What you return should be the lines from the first line of the records below through the line holding "v 25.406 -25.515 0", unchanged.

[Records drawn from a dataset]
*-*-*

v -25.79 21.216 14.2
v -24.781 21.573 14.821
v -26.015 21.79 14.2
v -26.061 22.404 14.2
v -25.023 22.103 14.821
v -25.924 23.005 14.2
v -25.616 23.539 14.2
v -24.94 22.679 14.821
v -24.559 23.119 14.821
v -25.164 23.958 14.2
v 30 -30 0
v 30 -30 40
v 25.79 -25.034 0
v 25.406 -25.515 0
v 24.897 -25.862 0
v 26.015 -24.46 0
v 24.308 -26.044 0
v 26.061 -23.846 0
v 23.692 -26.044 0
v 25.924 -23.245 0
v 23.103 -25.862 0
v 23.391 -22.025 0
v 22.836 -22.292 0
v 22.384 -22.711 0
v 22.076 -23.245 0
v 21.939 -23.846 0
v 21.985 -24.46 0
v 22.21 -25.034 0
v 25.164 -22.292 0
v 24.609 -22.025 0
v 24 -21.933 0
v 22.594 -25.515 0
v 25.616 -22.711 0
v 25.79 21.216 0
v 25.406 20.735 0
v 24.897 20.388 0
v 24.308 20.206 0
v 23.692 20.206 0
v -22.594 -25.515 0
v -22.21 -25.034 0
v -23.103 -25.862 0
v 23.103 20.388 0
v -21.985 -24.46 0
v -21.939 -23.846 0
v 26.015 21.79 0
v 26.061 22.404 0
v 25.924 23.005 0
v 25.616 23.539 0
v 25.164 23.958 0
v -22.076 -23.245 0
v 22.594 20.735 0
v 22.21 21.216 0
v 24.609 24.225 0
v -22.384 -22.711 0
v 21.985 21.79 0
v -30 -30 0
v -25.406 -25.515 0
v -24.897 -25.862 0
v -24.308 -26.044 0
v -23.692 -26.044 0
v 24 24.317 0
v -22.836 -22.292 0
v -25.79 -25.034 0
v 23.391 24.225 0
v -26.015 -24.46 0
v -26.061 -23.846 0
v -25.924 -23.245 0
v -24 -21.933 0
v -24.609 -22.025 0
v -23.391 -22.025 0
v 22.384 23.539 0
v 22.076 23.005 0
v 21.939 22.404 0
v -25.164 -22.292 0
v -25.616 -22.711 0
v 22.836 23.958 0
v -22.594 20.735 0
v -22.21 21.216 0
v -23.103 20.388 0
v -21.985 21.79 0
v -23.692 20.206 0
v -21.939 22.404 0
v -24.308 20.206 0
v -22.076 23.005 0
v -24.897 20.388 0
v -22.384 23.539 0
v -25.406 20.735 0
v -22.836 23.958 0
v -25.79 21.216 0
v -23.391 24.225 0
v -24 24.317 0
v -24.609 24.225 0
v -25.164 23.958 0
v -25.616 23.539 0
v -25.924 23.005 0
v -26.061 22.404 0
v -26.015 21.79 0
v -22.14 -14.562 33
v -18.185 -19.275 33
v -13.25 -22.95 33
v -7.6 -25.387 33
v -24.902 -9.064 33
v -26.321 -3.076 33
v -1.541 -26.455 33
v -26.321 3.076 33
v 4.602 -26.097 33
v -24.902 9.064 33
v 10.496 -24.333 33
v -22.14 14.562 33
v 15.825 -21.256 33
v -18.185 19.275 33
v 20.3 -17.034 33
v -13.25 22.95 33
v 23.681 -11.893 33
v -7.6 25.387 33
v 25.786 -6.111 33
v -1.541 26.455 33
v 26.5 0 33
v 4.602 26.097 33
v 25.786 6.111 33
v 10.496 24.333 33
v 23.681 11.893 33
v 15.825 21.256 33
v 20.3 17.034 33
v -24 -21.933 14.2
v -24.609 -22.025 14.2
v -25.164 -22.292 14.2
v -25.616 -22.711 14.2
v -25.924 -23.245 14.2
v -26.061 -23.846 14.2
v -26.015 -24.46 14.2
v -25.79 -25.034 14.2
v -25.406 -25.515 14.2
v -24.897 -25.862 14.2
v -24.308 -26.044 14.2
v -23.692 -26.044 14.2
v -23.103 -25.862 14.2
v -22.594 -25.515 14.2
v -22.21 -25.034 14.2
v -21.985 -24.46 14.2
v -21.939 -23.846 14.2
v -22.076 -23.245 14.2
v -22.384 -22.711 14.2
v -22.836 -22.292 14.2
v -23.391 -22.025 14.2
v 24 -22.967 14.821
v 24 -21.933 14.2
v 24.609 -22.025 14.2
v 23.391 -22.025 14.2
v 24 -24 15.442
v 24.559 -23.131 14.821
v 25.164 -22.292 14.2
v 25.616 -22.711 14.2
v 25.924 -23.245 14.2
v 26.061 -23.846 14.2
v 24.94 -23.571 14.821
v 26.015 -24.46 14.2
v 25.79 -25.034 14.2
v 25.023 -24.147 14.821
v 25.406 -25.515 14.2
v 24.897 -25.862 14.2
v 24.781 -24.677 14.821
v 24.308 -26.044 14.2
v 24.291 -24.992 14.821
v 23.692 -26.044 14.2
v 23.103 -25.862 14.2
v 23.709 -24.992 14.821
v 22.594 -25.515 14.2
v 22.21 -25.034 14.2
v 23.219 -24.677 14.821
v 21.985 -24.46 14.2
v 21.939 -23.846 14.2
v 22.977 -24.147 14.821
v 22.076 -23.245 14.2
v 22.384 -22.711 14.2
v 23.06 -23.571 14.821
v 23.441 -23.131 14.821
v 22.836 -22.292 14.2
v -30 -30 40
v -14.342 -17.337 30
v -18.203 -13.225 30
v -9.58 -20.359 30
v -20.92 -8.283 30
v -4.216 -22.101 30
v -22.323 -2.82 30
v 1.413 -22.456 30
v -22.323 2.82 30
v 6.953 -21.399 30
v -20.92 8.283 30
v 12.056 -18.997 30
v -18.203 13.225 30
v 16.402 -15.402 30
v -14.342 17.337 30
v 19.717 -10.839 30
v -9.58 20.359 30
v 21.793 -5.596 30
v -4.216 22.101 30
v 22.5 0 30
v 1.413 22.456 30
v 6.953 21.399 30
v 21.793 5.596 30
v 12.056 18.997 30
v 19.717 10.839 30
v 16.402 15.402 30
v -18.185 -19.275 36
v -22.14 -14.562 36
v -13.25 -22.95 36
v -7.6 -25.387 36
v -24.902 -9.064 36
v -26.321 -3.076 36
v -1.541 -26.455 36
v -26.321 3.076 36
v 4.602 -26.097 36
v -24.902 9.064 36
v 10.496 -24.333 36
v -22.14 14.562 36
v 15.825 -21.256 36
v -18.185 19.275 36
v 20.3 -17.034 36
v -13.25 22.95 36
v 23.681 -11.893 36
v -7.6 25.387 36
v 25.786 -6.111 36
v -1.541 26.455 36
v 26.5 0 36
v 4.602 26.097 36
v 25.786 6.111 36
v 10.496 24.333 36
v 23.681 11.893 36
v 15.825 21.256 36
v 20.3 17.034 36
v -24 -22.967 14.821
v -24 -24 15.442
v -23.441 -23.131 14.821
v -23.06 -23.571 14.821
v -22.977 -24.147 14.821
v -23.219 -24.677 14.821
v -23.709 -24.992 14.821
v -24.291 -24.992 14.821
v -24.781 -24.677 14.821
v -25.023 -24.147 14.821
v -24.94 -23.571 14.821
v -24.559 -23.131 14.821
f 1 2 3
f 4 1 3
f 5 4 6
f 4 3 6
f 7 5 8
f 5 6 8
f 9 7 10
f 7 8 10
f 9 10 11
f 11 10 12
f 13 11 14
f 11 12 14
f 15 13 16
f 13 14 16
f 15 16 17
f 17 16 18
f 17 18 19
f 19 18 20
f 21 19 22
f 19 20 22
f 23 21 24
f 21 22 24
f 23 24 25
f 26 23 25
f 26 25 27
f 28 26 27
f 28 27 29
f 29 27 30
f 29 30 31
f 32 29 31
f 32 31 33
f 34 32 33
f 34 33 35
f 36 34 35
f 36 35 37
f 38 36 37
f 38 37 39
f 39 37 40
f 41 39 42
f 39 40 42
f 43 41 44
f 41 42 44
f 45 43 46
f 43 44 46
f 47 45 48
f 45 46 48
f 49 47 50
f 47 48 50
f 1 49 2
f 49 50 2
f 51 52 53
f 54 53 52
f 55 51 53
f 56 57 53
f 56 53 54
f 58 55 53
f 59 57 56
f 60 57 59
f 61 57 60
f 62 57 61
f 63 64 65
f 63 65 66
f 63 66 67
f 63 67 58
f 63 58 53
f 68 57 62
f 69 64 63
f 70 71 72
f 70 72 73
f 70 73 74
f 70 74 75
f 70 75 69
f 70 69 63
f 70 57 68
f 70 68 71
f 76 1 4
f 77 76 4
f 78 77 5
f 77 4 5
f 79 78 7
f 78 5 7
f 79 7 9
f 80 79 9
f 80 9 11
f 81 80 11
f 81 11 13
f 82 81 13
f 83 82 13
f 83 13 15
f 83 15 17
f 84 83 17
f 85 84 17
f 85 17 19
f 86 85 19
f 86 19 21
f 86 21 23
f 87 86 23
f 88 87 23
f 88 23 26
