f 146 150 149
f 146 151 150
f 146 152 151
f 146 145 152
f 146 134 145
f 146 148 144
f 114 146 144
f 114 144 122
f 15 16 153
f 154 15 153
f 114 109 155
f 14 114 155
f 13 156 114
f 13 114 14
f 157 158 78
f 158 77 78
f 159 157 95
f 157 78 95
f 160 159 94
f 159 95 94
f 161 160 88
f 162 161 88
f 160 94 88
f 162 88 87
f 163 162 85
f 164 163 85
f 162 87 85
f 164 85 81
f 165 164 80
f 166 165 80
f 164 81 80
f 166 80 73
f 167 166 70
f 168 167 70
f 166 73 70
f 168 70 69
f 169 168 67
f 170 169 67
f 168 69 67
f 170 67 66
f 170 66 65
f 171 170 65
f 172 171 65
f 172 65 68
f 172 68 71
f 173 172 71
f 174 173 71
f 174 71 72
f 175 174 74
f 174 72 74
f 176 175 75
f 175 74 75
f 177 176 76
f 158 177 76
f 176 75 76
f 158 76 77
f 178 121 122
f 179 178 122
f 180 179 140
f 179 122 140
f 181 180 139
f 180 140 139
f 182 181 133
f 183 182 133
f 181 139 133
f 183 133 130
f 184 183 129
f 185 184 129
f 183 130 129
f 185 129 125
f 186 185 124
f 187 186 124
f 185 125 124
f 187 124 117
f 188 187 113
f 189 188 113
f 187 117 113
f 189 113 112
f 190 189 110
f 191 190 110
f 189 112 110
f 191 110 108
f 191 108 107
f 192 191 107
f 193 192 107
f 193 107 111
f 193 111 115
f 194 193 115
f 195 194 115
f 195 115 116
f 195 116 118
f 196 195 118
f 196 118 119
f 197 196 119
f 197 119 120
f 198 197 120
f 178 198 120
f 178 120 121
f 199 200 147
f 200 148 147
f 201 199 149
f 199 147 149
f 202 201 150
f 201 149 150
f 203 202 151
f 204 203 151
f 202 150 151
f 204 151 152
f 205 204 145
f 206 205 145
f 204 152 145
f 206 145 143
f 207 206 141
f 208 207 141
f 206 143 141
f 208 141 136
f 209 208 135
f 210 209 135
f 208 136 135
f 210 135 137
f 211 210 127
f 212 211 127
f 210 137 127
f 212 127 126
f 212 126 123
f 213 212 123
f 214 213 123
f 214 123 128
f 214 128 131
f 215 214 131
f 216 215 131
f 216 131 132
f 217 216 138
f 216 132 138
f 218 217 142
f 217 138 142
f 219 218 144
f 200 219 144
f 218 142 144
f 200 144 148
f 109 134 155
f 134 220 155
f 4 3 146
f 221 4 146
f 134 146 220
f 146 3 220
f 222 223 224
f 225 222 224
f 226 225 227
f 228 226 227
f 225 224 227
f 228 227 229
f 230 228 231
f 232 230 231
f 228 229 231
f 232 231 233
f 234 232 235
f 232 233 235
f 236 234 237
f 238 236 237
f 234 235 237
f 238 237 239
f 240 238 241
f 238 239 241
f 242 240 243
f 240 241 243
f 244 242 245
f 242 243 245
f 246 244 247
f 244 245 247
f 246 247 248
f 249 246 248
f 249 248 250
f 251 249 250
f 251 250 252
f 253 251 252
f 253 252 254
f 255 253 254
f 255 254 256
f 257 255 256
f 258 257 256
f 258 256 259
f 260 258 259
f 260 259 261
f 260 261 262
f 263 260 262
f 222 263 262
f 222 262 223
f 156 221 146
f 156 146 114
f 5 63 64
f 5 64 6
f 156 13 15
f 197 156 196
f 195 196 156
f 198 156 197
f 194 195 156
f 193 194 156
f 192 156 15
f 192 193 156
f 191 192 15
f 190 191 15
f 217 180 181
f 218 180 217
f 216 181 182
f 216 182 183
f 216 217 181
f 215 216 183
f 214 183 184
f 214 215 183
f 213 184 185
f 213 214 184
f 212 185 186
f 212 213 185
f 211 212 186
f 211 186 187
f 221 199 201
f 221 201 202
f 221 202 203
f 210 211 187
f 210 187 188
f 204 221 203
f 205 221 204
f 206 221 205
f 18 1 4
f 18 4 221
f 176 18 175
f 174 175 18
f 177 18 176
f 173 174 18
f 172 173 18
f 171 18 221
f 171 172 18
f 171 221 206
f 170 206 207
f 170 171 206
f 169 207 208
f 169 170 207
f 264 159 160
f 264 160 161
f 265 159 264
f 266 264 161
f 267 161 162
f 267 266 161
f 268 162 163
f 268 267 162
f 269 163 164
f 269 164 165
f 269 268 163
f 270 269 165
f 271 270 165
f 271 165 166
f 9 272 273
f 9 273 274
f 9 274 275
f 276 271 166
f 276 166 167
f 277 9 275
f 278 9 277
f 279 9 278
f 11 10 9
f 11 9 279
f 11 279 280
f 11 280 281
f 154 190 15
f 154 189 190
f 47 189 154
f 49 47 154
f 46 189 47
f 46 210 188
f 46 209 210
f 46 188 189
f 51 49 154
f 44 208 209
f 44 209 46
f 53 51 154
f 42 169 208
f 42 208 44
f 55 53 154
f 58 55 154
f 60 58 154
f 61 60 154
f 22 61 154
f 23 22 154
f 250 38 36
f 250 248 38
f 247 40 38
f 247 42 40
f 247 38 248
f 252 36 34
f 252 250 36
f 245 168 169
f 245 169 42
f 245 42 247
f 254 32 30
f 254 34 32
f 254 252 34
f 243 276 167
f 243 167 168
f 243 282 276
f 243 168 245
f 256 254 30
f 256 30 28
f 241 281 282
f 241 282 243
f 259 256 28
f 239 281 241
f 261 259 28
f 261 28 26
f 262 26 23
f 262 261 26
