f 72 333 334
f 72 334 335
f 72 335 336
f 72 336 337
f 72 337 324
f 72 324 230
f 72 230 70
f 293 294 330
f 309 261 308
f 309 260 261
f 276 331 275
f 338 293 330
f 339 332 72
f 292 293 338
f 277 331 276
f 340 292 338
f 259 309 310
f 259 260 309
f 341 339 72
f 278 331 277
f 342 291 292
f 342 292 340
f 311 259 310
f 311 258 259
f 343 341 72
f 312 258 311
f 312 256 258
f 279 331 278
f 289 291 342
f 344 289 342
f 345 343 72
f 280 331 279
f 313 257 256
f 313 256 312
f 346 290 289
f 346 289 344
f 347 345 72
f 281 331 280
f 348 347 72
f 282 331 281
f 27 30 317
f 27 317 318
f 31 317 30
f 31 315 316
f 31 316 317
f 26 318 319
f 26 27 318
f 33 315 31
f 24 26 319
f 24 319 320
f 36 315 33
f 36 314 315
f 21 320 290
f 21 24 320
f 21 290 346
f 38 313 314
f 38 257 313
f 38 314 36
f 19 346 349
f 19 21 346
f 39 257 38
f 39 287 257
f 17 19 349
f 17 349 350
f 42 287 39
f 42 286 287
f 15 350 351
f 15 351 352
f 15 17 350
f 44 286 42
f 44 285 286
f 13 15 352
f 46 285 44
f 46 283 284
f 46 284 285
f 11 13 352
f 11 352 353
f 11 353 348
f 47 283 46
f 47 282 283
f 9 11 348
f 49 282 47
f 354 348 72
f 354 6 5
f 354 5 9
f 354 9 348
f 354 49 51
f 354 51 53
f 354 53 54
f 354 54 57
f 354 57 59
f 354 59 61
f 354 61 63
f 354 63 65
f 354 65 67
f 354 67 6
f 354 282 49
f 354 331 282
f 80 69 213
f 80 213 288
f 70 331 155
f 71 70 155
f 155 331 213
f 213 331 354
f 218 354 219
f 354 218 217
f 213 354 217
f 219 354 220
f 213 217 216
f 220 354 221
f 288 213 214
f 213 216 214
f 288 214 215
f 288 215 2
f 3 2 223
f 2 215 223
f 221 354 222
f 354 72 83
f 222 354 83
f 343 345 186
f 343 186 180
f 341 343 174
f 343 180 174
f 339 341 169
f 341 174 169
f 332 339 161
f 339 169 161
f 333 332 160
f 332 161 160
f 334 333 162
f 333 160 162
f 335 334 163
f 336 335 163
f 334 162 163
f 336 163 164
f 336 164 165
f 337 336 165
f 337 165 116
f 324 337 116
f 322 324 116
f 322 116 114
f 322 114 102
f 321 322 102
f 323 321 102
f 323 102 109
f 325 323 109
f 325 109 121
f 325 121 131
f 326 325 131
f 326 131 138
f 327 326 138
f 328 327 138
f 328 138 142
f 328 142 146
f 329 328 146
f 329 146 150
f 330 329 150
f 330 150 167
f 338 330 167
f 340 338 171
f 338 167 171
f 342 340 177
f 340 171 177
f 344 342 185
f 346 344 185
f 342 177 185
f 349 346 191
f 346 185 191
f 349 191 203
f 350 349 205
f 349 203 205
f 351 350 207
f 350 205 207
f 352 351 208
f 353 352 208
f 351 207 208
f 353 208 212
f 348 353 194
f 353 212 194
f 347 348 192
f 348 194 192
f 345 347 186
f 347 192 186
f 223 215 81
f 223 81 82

*-*-*

» **Output of the task**
v -25.79 21.216 14.2
v -24.781 21.573 14.821
v -26.015 21.79 14.2
v -26.061 22.404 14.2
v -25.023 22.103 14.821
v -25.924 23.005 14.2
v -25.616 23.539 14.2
v -24.94 22.679 14.821
v -24.559 23.119 14.821
v -25.164 23.958 14.2
v 30 -30 0
v 30 -30 40
v 25.79 -25.034 0
v 25.406 -25.515 0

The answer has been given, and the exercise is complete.